I know the Harrah's Cherokee chips that came to PCF last year started at base T5.
 
A lot of the NCV 1 and 5 chips these days are used for blackjack tournaments, or if the casino offers lessons on games. They obviously won’t use value chips for this.
 
You can use any set of denominations you want for a tournament. T0.01 to T100,000,000, it makes no difference as long as you have the appropriate blind structure to match.
I realize this as I noted in my original post. But I just don't really like using 1 & 5 for some reason. I didn't realize the blackjack tourney angle.
 
Other things being equal (ie 200BB starting stacks plus one full re-buy, so 400BB available per player, and including color-ups), you would need per player:
-Either T400 with T1x10, T5x8, T25x12, T100x5: 35 chips
-Or T400 with T1x10, T5x10, T20x10, T100x6: 36 chips
-Or T2000 with T5x10, T25x10, T100x10, T500x6: 36 chips
-Or T4,000 with T10x10, T50x8, T100X10, T500x8, T1000x4: 40 chips
-Or T10,000 with T25x12, T100x12, T500x5, T1000x8, T5000x2: 39 chips
-Or T10,000 with T25x8, T100x8, T500x6, T1000x7, T5000x2: 31 chips

You can add as many zeroes to the values as desired.
As always, the above is subject to @BGinGA 's approval:)
 
T25 became "standard" with the popularization of the "classic" WSOP main event format of T10000 in chips with 25-50 starting blinds.
Indeed. A lot of the smaller WSOP events (T1500 stacks, etc.) used T5-base sets. The old WSOP 'secondary' 818-spotted set has T5 chips, which were used for non-Hold'em events (like Stud, where smaller chips for antes were needed).

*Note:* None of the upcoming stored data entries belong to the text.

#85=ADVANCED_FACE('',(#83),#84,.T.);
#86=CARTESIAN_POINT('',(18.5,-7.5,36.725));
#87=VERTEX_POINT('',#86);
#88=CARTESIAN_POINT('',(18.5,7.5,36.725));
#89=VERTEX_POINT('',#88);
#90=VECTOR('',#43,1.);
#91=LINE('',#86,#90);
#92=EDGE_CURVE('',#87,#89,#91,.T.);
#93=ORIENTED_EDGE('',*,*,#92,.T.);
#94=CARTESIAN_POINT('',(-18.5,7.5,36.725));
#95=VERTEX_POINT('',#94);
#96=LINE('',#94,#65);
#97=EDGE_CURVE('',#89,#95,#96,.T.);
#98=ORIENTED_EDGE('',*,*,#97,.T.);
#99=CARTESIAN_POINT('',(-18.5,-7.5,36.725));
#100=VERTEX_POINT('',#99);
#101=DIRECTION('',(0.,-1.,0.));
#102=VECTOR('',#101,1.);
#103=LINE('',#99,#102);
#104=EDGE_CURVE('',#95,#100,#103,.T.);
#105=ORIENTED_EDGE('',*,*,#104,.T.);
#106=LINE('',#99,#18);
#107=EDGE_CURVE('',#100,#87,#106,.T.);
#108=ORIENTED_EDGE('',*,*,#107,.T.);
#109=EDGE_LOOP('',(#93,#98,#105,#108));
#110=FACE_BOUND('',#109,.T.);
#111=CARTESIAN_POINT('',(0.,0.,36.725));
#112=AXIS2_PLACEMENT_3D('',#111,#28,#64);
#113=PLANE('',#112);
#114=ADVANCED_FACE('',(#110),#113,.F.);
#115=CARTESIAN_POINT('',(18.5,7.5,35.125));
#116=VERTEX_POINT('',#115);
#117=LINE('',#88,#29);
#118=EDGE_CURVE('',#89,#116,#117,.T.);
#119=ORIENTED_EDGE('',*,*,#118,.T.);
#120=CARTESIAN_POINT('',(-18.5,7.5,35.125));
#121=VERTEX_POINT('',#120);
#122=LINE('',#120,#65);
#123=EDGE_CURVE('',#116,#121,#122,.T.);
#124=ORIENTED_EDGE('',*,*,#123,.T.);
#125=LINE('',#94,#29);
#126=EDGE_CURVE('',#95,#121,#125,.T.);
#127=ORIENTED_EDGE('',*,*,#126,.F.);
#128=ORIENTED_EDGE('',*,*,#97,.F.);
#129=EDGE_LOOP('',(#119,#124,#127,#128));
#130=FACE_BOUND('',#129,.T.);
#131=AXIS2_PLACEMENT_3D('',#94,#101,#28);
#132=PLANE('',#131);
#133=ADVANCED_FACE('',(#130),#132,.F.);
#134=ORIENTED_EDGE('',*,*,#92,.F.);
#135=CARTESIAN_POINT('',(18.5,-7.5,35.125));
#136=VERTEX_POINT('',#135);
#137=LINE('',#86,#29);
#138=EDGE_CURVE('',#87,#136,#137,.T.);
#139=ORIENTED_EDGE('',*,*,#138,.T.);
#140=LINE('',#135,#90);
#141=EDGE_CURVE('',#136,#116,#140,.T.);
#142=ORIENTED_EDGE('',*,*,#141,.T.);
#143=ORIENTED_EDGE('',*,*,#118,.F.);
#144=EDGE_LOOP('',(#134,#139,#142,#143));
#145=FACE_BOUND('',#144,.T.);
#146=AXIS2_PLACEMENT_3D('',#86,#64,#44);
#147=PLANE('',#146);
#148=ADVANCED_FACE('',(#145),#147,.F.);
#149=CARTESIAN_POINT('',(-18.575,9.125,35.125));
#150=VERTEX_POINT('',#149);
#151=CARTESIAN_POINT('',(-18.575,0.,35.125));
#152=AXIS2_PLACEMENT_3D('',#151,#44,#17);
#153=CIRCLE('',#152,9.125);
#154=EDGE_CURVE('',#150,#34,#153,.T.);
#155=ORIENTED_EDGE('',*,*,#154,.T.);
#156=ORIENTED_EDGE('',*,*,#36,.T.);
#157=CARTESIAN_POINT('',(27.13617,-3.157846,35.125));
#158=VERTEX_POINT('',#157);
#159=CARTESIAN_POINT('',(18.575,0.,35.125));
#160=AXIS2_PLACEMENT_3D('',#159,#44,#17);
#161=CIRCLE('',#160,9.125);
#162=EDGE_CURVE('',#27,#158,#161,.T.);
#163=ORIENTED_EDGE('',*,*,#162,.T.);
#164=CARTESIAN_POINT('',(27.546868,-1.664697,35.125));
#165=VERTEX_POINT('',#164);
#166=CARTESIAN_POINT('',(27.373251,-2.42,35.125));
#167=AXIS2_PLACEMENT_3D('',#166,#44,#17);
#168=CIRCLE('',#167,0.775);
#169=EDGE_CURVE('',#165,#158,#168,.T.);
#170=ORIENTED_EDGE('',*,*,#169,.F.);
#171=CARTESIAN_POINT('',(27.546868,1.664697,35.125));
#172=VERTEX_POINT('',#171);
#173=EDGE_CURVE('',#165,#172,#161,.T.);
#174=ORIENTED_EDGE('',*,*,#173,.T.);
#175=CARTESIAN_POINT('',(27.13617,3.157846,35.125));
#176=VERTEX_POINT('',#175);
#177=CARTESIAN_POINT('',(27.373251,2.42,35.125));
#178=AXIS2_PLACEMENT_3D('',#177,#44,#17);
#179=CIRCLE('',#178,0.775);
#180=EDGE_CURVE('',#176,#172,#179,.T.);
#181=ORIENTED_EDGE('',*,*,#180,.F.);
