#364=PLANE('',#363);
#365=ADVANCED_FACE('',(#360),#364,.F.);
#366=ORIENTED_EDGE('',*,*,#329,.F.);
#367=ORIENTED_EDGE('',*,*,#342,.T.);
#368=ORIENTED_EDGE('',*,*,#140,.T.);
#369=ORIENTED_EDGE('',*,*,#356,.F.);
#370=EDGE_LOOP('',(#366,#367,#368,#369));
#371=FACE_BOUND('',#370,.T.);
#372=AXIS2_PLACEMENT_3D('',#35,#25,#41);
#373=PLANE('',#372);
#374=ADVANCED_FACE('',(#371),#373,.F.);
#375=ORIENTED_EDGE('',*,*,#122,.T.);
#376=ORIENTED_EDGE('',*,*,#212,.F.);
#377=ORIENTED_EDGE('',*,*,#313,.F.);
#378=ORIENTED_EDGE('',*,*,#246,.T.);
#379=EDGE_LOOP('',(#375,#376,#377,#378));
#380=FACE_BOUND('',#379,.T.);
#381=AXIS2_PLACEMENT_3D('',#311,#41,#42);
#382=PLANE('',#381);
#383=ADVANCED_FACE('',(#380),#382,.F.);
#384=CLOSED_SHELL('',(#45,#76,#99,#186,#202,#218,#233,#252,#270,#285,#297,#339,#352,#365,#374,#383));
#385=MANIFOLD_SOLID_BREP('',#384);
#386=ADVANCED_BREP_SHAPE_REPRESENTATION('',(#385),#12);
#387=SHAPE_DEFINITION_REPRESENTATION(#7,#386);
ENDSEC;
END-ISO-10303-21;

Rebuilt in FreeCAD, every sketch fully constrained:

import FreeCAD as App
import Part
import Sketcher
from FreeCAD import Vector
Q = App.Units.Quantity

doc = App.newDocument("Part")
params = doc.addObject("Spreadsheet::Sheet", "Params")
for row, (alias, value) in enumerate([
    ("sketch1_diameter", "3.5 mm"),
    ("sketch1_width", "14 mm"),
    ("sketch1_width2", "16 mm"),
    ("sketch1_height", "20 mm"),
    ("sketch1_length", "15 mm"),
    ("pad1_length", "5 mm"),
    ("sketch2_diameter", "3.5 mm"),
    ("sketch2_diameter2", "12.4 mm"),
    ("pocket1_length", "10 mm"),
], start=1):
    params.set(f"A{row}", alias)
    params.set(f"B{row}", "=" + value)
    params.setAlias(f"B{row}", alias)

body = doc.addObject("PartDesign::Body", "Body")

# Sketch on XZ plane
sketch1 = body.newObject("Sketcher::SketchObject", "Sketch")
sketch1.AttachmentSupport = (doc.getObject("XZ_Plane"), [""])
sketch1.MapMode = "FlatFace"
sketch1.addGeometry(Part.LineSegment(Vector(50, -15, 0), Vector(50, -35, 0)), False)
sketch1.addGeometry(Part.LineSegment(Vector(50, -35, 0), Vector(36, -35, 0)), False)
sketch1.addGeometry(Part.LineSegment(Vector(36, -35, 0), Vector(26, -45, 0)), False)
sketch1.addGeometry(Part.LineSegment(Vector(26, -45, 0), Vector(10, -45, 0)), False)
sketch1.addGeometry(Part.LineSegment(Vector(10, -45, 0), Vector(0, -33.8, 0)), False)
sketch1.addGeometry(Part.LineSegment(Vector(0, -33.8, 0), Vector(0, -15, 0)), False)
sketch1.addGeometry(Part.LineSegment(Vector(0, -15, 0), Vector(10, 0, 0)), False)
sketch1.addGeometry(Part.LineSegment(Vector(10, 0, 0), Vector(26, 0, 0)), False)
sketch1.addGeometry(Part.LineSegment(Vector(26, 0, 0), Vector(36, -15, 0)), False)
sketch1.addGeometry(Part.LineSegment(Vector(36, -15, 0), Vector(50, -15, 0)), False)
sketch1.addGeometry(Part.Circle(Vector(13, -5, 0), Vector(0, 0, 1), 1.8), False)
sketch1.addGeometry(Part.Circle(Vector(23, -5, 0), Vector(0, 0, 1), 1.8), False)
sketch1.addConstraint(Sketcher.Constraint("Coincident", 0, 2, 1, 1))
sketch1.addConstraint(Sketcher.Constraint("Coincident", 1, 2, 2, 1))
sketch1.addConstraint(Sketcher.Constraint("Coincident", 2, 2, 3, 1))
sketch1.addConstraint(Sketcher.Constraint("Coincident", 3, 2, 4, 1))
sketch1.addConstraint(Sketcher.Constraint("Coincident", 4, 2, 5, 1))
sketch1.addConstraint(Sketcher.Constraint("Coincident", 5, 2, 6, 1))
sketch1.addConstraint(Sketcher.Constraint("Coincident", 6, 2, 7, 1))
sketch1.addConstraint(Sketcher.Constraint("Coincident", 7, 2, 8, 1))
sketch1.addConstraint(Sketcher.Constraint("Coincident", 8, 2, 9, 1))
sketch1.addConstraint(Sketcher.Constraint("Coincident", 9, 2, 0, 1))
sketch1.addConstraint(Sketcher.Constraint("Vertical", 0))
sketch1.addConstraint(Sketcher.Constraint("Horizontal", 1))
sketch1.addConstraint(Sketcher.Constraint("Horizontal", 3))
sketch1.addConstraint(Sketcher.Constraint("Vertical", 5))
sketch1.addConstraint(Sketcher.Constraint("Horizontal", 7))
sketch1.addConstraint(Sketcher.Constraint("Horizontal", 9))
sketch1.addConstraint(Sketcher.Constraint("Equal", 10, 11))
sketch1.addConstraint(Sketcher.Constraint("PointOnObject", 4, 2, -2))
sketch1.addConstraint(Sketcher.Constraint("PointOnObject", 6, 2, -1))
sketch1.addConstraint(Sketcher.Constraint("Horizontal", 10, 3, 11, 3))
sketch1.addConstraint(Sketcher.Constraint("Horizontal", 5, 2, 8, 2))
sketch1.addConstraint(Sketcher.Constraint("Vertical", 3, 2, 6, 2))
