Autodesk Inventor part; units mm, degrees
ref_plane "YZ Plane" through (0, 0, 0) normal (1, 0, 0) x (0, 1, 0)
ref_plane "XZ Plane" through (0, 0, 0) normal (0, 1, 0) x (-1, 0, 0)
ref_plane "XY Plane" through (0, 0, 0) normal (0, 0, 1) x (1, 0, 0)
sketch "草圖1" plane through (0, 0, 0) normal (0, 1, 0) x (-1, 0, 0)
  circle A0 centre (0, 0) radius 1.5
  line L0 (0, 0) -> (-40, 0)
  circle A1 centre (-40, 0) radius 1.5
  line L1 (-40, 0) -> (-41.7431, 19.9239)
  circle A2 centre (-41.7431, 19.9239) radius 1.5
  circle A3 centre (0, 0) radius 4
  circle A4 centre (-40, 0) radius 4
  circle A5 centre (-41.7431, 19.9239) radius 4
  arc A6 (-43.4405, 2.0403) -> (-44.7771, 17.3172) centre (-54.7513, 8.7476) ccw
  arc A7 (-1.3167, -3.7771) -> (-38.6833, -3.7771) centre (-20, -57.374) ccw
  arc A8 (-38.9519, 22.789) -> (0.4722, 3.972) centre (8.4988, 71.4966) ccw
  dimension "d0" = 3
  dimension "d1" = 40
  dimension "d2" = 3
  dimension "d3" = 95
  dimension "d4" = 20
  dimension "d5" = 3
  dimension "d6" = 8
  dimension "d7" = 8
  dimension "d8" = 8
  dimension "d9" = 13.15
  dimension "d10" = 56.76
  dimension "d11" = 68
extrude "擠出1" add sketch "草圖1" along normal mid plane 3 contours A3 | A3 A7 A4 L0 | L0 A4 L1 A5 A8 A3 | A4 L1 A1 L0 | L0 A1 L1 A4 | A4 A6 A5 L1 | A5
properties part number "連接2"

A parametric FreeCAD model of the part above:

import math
import FreeCAD as App
import Part
import Sketcher
from FreeCAD import Vector
Q = App.Units.Quantity

doc = App.newDocument("Part")
body = doc.addObject("PartDesign::Body", "Body")

sketch1 = body.newObject("Sketcher::SketchObject", "Sketch")
sketch1.AttachmentSupport = (doc.getObject("XZ_Plane"), [""])
sketch1.MapMode = "FlatFace"
sketch1.addGeometry([
    Part.ArcOfCircle(Part.Circle(Vector(-8.4988, 71.4966, 0), Vector(0, 0, 1), 67.999994), math.radians(-83.221101), math.radians(-45.748879)),
    Part.ArcOfCircle(Part.Circle(Vector(41.7431, 19.9239, 0), Vector(0, 0, 1), 4), math.radians(-40.667946), math.radians(134.251469)),
    Part.ArcOfCircle(Part.Circle(Vector(54.7513, 8.7476, 0), Vector(0, 0, 1), 13.149984), math.radians(139.331597), math.radians(210.667924)),
    Part.ArcOfCircle(Part.Circle(Vector(40, 0, 0), Vector(0, 0, 1), 4), math.radians(-109.218595), math.radians(30.66897)),
    Part.ArcOfCircle(Part.Circle(Vector(20, -57.374, 0), Vector(0, 0, 1), 56.759963), math.radians(70.781997), math.radians(109.218003)),
    Part.ArcOfCircle(Part.Circle(Vector(0, 0, 0), Vector(0, 0, 1), 4), math.radians(96.779628), math.radians(289.218595)),
    Part.Circle(Vector(0, 0, 0), Vector(0, 0, 1), 1.5),
    Part.Circle(Vector(40, 0, 0), Vector(0, 0, 1), 1.5),
    Part.Circle(Vector(41.7431, 19.9239, 0), Vector(0, 0, 1), 1.5),
], False)
sketch1.addConstraint([
    Sketcher.Constraint("Tangent", 0, 2, 1, 2),
    Sketcher.Constraint("Tangent", 1, 1, 2, 1),
    Sketcher.Constraint("Tangent", 2, 2, 3, 2),
    Sketcher.Constraint("Tangent", 3, 1, 4, 1),
    Sketcher.Constraint("Tangent", 4, 2, 5, 2),
    Sketcher.Constraint("Tangent", 5, 1, 0, 1),
    Sketcher.Constraint("Coincident", 5, 3, -1, 1),
    Sketcher.Constraint("Coincident", 6, 3, -1, 1),
    Sketcher.Constraint("Coincident", 7, 3, 3, 3),
    Sketcher.Constraint("Coincident", 8, 3, 1, 3),
    Sketcher.Constraint("Equal", 1, 3),
    Sketcher.Constraint("Equal", 3, 5),
    Sketcher.Constraint("Equal", 6, 7),
    Sketcher.Constraint("Equal", 7, 8),
    Sketcher.Constraint("PointOnObject", 3, 3, -1),
    Sketcher.Constraint("Diameter", 6, Q("3 mm")),
    Sketcher.Constraint("Radius", 0, Q("68 mm")),
    Sketcher.Constraint("Radius", 1, Q("4 mm")),
    Sketcher.Constraint("Radius", 2, Q("13.15 mm")),
    Sketcher.Constraint("Radius", 4, Q("56.76 mm")),
    Sketcher.Constraint("DistanceX", -1, 1, 3, 3, Q("40 mm")),
    Sketcher.Constraint("DistanceX", 0, 3, 2, 3, Q("63.25 mm")),
    Sketcher.Constraint("DistanceX", -1, 1, 1, 3, Q("41.743 mm")),
])
pad1 = body.newObject("PartDesign::Pad", "Pad")
pad1.Profile = sketch1
pad1.Length = 3
pad1.Midplane = True

doc.recompute()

I"ve seen a lot of bar tournaments that used a T1-base set.
 
T400 with T1x10, T5x8, T25x12, T100x5: 35 chips
That's = T850 not T400
-Or T400 with T1x10, T5x10, T20x10, T100x6: 36 chips
That's T860 not T400
-Or T2000 with T5x10, T25x10, T100x10, T500x6: 36 chips
That's = T4,300 not T2000
-Or T4,000 with T10x10, T50x8, T100X10, T500x8, T1000x4: 40 chips
That's = T9,500 not T4,000
-Or T10,000 with T25x12, T100x12, T500x5, T1000x8, T5000x2: 39 chips
That's = T22,000 not T10,000
-Or T10,000 with T25x8, T100x8, T500x6, T1000x7, T5000x2: 31 chips
That's = T21,000 not T10,000.

As always, the above is subject to @BGinGA 's approval:)
Definitely not BGinGA-approved. :confused
 
I remember playing in a T-120 game using dice chips to represent denominations of 1, 2, 5, 10, 20, and 50.

I also remember a dice chip T-100 game where the blinds began at 1/2 and increased each time someone was eliminated.

Good times. But not good enough to go back to that mess.
 
Just pointing out the totals; I take no responsibility for the denom choices....
Calculating color-ups per player is flawed -- to be accurate, it should be done by total chips to be removed, not on a per-player basis.